$2,000 Tuition Rise at LMU Next Year

The newly approved LMU budget for the 2008-2009 year requires a $2,000 increase in tuition for undergraduate students and a roughly five percent increase in tuition for graduate students. Last year saw the base student tuition jump from $29,197 to $31,168, a 6.75 percent hike for students.

This year’s 6.3 percent increase for undergrads raises the base tuition to $33,266 for the coming year, really hitting the students where it counts – in their wallets. The university needed to weigh the cost of improving the educational experience at LMU and meeting university goals in the coming years into the ballooning budget for the year and the only way to pay for it, aside from the tuition increase, is with a greater endowment from alumni and other school supporters.

UCLA Group Provides Free Tax Return Help

The Volunteer Income Tax Assistance (VITA) group on UCLA’s campus provides free assistance for those who need to file tax returns for the previous year. They are open Monday through Friday, from noon to 5 p.m., in Room 2408 in the Ackerman Union in the center of campus.

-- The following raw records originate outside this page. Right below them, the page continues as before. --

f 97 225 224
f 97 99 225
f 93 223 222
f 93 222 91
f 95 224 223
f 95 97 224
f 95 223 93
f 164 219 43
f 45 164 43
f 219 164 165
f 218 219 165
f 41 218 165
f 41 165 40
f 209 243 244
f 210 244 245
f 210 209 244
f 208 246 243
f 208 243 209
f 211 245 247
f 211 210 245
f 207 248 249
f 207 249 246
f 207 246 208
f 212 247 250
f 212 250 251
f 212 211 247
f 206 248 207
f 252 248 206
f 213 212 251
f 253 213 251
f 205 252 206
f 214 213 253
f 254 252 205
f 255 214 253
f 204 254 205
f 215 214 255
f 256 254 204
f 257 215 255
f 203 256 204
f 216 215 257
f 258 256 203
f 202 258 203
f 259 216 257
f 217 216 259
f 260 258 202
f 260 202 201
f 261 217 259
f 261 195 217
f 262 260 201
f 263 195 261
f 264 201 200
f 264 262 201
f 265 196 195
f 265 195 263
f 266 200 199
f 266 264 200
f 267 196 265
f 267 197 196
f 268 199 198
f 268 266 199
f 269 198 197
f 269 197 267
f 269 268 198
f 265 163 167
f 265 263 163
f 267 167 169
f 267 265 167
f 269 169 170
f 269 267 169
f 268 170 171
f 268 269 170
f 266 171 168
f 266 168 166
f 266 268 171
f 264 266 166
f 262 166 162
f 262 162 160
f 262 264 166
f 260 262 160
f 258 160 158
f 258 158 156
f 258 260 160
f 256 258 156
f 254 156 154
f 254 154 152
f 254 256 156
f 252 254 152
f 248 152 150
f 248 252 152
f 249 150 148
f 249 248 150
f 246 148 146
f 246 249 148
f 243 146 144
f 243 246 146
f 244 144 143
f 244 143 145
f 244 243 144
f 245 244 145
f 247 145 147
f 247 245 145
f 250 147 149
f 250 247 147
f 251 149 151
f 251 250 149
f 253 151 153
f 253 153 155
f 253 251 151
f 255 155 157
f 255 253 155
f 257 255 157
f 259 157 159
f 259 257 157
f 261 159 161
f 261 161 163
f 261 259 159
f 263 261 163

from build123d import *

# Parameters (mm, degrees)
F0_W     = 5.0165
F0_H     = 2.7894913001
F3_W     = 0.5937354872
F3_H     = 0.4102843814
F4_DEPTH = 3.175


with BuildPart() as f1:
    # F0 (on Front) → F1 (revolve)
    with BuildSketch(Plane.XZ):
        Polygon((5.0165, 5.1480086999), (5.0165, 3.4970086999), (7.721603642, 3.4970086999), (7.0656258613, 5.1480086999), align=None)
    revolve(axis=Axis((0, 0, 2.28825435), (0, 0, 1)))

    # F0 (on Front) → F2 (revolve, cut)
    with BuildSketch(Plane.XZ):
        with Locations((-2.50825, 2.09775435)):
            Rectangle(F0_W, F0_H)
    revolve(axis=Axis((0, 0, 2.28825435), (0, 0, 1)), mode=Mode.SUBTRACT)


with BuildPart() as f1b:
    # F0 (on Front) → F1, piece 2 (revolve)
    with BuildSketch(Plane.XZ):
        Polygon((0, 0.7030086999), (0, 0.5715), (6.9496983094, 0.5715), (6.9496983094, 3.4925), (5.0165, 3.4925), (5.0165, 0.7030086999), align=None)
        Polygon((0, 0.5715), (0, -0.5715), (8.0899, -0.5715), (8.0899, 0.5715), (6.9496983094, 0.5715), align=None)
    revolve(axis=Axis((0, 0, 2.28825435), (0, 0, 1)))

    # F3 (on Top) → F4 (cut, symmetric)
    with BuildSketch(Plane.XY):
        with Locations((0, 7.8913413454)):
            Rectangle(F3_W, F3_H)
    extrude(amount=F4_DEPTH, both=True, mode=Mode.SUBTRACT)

VITA is open annually from April 1 until the federal income tax filing date of April 15. The service is open to everyone, but primarily helps university students who are low-income employees, earning less than $4,000 per year.

The group offers both paper and electronic filing forms. Also, since the VITA group is an IRS-sponsored program, persons receiving help from them are free from liability for errors found in the filed forms.

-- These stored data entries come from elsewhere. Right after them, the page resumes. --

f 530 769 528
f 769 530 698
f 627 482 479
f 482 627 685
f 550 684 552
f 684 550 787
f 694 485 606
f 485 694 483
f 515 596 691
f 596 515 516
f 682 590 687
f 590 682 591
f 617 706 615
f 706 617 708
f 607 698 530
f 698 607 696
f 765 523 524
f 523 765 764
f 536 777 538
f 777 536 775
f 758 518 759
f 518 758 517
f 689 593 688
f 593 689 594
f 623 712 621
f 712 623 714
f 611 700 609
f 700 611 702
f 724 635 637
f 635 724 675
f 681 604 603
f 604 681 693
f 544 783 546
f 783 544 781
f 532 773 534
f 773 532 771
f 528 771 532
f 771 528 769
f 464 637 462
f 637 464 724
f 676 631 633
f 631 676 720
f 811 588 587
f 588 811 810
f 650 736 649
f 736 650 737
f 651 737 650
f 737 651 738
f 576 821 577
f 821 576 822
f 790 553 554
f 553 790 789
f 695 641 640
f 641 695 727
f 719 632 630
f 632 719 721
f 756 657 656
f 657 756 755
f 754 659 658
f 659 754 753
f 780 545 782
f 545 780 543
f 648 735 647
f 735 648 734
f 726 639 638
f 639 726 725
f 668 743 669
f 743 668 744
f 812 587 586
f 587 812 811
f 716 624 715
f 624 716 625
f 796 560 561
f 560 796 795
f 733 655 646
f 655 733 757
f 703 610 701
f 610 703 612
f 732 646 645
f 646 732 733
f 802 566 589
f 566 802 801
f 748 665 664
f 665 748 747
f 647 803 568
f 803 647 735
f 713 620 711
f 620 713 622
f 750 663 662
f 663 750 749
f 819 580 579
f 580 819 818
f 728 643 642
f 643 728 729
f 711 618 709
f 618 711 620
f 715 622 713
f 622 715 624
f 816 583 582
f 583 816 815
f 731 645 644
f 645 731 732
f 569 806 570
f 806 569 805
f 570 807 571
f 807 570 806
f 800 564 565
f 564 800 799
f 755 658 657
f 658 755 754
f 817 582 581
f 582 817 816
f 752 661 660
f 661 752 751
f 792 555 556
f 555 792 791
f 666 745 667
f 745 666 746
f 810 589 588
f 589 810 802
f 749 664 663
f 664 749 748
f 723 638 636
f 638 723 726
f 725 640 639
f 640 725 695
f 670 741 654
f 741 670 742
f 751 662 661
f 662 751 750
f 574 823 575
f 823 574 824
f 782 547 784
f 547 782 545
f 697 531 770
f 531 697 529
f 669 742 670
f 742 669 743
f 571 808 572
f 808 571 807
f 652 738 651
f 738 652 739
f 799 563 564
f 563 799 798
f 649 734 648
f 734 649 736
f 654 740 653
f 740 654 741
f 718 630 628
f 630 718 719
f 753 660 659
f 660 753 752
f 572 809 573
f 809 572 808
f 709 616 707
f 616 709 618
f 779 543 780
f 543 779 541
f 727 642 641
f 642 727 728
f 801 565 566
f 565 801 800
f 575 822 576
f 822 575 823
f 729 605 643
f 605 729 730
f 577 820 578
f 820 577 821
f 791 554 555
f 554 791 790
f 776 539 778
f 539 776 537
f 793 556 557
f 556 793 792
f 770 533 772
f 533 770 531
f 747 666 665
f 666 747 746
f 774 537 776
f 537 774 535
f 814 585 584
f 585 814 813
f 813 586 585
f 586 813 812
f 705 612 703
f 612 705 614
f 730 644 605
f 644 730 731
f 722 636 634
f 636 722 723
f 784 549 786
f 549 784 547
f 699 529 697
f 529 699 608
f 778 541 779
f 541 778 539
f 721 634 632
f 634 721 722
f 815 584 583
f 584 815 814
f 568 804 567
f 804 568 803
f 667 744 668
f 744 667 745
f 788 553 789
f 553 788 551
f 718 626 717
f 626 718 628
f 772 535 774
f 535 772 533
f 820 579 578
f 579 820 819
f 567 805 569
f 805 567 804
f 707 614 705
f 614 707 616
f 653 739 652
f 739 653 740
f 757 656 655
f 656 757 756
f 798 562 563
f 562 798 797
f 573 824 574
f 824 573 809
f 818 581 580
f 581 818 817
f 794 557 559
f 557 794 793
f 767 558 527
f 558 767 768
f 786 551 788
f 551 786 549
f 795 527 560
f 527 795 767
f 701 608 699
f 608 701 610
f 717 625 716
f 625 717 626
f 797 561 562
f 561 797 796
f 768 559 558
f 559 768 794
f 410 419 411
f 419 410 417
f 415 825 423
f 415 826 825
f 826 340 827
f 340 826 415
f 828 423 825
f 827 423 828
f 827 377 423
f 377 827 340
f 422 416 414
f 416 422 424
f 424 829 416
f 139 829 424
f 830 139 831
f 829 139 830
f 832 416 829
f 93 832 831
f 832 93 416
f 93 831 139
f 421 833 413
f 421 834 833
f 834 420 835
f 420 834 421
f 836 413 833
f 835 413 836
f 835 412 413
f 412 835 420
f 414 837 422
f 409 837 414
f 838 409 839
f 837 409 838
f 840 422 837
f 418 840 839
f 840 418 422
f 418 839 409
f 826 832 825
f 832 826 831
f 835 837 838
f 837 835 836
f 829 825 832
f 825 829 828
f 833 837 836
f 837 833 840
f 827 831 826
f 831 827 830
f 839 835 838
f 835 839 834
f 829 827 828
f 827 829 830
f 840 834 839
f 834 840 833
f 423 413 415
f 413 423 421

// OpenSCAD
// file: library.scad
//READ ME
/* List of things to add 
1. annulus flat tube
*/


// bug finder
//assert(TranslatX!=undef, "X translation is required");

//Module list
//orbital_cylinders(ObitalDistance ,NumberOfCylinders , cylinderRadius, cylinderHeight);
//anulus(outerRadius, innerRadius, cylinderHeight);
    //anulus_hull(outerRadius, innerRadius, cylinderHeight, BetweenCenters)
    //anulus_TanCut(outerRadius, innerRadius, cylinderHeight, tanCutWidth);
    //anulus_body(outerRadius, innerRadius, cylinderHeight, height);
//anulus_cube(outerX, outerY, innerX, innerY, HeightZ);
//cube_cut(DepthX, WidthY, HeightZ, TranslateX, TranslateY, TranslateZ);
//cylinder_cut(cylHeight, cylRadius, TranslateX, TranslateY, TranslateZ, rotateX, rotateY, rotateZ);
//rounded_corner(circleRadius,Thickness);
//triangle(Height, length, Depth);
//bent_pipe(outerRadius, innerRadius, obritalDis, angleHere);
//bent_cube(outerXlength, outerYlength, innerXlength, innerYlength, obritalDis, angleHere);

Scientists at SoCal Schools Combat Cancer

USC researchers may have discovered a better way of protecting cancer patients from suffering adverse effects from chemotherapy treatments. Whereas the majority of cancer research focuses on attacking the problem of cancer, this study, led by anti-aging specialist Valter Longo, worked on developing better ways of protecting patients from risky but proven means of treating cancer. The study looked at the effects on mice and human cells in culture, but will hopefully soon move onto human trials.

Meanwhile, researchers at UCLA are operating out of the science fiction handbook; they have taken nanotechnology to a new level, creating a machine (the “nanoimpeller”) that stores and releases anti-cancer drugs and can be used to treat more pointedly individual cancer cells rather than bombarding an entire area with radiation treatments.

The nanoimpeller works by responding to a cue from a light shining on the targeted area, which causes the tiny machine to release the anti-cancer drug directly on the targeted cell or cells. Such precision is a tremendous step forward in cancer treatment and proves the viability of nanotechnology, a field that scientists are still just beginning to investigate.

The study was performed on a variety of cultured cancer cells, including highly deadly kinds like pancreatic cancer, to great success, but much more investigation is needed before the nanotechnology can be employed in hospitals around the country.